== DATA IN THIS EXERCISE ==

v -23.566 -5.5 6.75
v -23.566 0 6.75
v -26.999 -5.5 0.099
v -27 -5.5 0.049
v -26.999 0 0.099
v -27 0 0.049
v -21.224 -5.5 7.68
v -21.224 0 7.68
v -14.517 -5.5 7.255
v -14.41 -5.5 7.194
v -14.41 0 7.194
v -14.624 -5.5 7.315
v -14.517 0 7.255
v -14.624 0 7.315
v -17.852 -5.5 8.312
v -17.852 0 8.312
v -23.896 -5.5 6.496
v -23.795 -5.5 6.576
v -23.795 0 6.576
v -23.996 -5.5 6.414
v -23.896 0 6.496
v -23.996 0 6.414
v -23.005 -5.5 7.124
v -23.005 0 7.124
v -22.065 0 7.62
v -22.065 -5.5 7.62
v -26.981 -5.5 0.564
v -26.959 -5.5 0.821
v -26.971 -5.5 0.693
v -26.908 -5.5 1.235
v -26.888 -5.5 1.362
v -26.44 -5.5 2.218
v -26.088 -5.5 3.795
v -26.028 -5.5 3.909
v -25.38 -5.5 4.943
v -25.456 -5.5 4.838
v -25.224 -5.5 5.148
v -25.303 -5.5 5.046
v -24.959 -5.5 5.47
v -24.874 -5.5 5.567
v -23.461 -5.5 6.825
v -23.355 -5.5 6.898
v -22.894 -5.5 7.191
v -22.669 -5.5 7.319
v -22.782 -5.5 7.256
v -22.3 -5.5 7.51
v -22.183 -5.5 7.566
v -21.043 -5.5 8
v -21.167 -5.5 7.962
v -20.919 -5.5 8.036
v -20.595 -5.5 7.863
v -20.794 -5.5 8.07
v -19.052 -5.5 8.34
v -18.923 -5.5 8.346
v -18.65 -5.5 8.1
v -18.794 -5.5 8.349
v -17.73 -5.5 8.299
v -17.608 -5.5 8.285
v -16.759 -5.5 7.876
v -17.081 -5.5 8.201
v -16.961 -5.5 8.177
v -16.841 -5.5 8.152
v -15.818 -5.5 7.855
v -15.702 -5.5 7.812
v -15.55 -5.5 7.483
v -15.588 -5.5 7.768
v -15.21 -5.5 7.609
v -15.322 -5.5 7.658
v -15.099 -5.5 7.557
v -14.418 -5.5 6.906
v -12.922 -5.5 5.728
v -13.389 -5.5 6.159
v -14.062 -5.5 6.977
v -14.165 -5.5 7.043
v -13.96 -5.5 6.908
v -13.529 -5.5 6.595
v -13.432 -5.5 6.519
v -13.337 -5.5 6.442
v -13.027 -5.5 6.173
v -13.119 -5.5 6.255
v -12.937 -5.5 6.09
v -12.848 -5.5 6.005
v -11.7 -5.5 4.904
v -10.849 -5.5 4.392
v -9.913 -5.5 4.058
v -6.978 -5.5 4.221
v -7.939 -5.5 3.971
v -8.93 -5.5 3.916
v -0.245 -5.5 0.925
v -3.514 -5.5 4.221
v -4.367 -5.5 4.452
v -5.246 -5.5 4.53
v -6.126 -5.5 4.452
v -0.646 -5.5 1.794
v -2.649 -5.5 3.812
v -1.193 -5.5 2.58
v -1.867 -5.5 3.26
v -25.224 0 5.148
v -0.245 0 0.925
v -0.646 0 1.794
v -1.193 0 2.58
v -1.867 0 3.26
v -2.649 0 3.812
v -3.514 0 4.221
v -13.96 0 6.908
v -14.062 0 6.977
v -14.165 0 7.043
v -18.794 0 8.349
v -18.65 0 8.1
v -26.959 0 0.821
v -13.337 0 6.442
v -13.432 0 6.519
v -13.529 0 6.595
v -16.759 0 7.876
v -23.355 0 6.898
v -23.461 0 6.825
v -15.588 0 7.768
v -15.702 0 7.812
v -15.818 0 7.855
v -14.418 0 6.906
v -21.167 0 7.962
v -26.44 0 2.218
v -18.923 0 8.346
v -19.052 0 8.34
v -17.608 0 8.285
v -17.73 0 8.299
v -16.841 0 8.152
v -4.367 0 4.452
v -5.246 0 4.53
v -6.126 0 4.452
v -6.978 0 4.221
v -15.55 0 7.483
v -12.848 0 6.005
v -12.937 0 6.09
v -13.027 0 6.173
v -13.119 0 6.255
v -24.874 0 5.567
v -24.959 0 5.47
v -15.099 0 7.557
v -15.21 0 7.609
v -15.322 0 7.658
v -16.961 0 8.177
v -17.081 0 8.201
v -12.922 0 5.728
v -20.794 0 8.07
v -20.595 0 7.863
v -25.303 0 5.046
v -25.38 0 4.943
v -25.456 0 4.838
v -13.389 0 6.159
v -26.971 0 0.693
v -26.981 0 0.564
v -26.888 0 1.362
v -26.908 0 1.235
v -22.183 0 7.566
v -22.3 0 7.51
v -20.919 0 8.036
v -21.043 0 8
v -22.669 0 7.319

===
== DATA IN THIS EXERCISE ==

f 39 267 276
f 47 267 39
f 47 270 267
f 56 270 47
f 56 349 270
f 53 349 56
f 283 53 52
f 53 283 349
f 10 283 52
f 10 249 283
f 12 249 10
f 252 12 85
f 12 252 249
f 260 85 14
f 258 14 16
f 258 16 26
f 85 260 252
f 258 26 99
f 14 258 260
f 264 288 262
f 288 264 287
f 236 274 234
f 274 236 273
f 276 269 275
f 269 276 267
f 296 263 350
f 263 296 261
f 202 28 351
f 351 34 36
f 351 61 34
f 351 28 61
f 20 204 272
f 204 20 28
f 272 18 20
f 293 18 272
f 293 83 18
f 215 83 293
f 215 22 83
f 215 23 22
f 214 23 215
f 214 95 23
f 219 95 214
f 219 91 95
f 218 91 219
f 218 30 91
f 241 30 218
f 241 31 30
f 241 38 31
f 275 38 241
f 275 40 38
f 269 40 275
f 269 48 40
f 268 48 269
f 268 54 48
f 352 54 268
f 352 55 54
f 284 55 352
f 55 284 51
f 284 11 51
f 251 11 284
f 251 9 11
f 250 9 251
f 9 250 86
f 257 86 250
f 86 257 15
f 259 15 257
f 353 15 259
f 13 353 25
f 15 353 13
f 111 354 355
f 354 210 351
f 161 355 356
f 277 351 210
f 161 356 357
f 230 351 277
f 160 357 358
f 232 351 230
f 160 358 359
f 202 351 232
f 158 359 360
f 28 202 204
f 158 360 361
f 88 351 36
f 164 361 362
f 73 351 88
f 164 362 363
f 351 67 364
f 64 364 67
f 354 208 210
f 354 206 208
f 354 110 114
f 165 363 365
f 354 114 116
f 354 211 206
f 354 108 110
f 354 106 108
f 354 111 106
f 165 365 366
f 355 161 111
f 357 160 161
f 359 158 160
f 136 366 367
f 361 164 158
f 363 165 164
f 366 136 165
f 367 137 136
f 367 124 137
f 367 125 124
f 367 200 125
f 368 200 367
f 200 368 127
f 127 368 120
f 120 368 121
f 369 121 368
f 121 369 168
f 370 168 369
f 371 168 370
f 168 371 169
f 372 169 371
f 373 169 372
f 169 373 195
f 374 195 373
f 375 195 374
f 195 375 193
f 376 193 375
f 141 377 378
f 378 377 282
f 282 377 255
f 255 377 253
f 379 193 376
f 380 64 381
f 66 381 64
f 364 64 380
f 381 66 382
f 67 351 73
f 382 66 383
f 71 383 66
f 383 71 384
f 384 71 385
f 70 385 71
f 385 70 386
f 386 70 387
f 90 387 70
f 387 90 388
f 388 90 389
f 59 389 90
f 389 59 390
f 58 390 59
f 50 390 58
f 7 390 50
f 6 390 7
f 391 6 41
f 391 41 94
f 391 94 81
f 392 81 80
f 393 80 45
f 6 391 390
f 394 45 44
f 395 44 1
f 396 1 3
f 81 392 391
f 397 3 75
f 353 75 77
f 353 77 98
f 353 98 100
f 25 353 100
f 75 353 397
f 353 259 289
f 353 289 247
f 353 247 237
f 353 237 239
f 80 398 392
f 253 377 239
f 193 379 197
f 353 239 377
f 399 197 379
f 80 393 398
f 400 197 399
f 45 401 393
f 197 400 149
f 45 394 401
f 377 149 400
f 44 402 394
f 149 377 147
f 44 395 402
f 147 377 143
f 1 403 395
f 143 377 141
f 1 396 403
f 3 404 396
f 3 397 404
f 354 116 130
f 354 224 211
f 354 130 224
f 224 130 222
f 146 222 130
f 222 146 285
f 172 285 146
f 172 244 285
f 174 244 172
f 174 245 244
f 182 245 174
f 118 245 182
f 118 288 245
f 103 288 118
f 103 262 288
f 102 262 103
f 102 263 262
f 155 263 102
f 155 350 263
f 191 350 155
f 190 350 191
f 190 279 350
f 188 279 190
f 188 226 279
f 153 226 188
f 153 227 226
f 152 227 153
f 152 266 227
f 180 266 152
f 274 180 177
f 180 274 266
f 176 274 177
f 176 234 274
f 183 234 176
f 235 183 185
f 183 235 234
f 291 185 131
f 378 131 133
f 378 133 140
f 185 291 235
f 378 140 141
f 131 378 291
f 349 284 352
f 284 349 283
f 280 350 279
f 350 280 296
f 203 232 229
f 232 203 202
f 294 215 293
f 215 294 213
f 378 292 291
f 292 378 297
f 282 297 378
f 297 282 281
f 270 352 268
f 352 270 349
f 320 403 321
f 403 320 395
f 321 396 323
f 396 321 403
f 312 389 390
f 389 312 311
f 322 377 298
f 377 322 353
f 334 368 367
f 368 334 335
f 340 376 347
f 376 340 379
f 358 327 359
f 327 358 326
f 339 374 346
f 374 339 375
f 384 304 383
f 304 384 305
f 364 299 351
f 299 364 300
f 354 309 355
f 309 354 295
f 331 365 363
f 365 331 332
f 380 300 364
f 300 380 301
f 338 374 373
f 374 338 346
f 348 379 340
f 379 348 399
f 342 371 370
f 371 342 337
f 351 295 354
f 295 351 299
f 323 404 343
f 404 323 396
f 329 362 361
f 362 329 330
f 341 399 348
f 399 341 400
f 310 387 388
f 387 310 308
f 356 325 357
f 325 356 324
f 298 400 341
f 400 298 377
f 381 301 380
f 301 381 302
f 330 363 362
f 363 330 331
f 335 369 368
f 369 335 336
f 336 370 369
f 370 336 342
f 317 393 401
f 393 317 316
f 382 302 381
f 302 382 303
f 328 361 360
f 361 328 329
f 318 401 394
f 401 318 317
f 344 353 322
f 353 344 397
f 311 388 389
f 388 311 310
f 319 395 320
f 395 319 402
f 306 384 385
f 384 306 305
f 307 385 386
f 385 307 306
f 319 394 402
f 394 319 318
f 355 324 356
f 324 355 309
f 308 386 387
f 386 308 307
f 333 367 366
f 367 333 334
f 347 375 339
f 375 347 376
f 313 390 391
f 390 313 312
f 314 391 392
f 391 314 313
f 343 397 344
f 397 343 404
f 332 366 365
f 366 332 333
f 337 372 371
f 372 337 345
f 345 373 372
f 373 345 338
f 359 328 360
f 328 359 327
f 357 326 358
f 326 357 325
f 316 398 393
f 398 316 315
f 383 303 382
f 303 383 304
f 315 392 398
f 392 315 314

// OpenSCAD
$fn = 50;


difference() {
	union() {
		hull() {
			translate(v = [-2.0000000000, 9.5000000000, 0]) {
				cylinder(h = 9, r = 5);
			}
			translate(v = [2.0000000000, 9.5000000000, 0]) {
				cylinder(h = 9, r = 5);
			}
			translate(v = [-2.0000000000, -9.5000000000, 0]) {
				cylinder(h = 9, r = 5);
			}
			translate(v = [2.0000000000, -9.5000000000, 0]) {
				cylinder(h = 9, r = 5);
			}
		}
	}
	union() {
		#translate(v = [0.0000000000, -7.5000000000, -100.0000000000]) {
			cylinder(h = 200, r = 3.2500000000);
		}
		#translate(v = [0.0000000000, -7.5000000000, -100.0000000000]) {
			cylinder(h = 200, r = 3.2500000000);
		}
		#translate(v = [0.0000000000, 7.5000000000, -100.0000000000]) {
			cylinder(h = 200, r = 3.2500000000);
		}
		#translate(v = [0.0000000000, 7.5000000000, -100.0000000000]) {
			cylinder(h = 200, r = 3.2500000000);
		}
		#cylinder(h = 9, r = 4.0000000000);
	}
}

===

● **THE PROBLEM**: Only the lines above from the one with "f 374 195 373" up to and including the one with "f 385 70 386" should be repeated, exactly as written.

● **OUTPUT FOR THIS TASK**:
f 374 195 373
f 375 195 374
f 195 375 193
f 376 193 375
f 141 377 378
f 378 377 282
f 282 377 255
f 255 377 253
f 379 193 376
f 380 64 381
f 66 381 64
f 364 64 380
f 381 66 382
f 67 351 73
f 382 66 383
f 71 383 66
f 383 71 384
f 384 71 385
f 70 385 71
f 385 70 386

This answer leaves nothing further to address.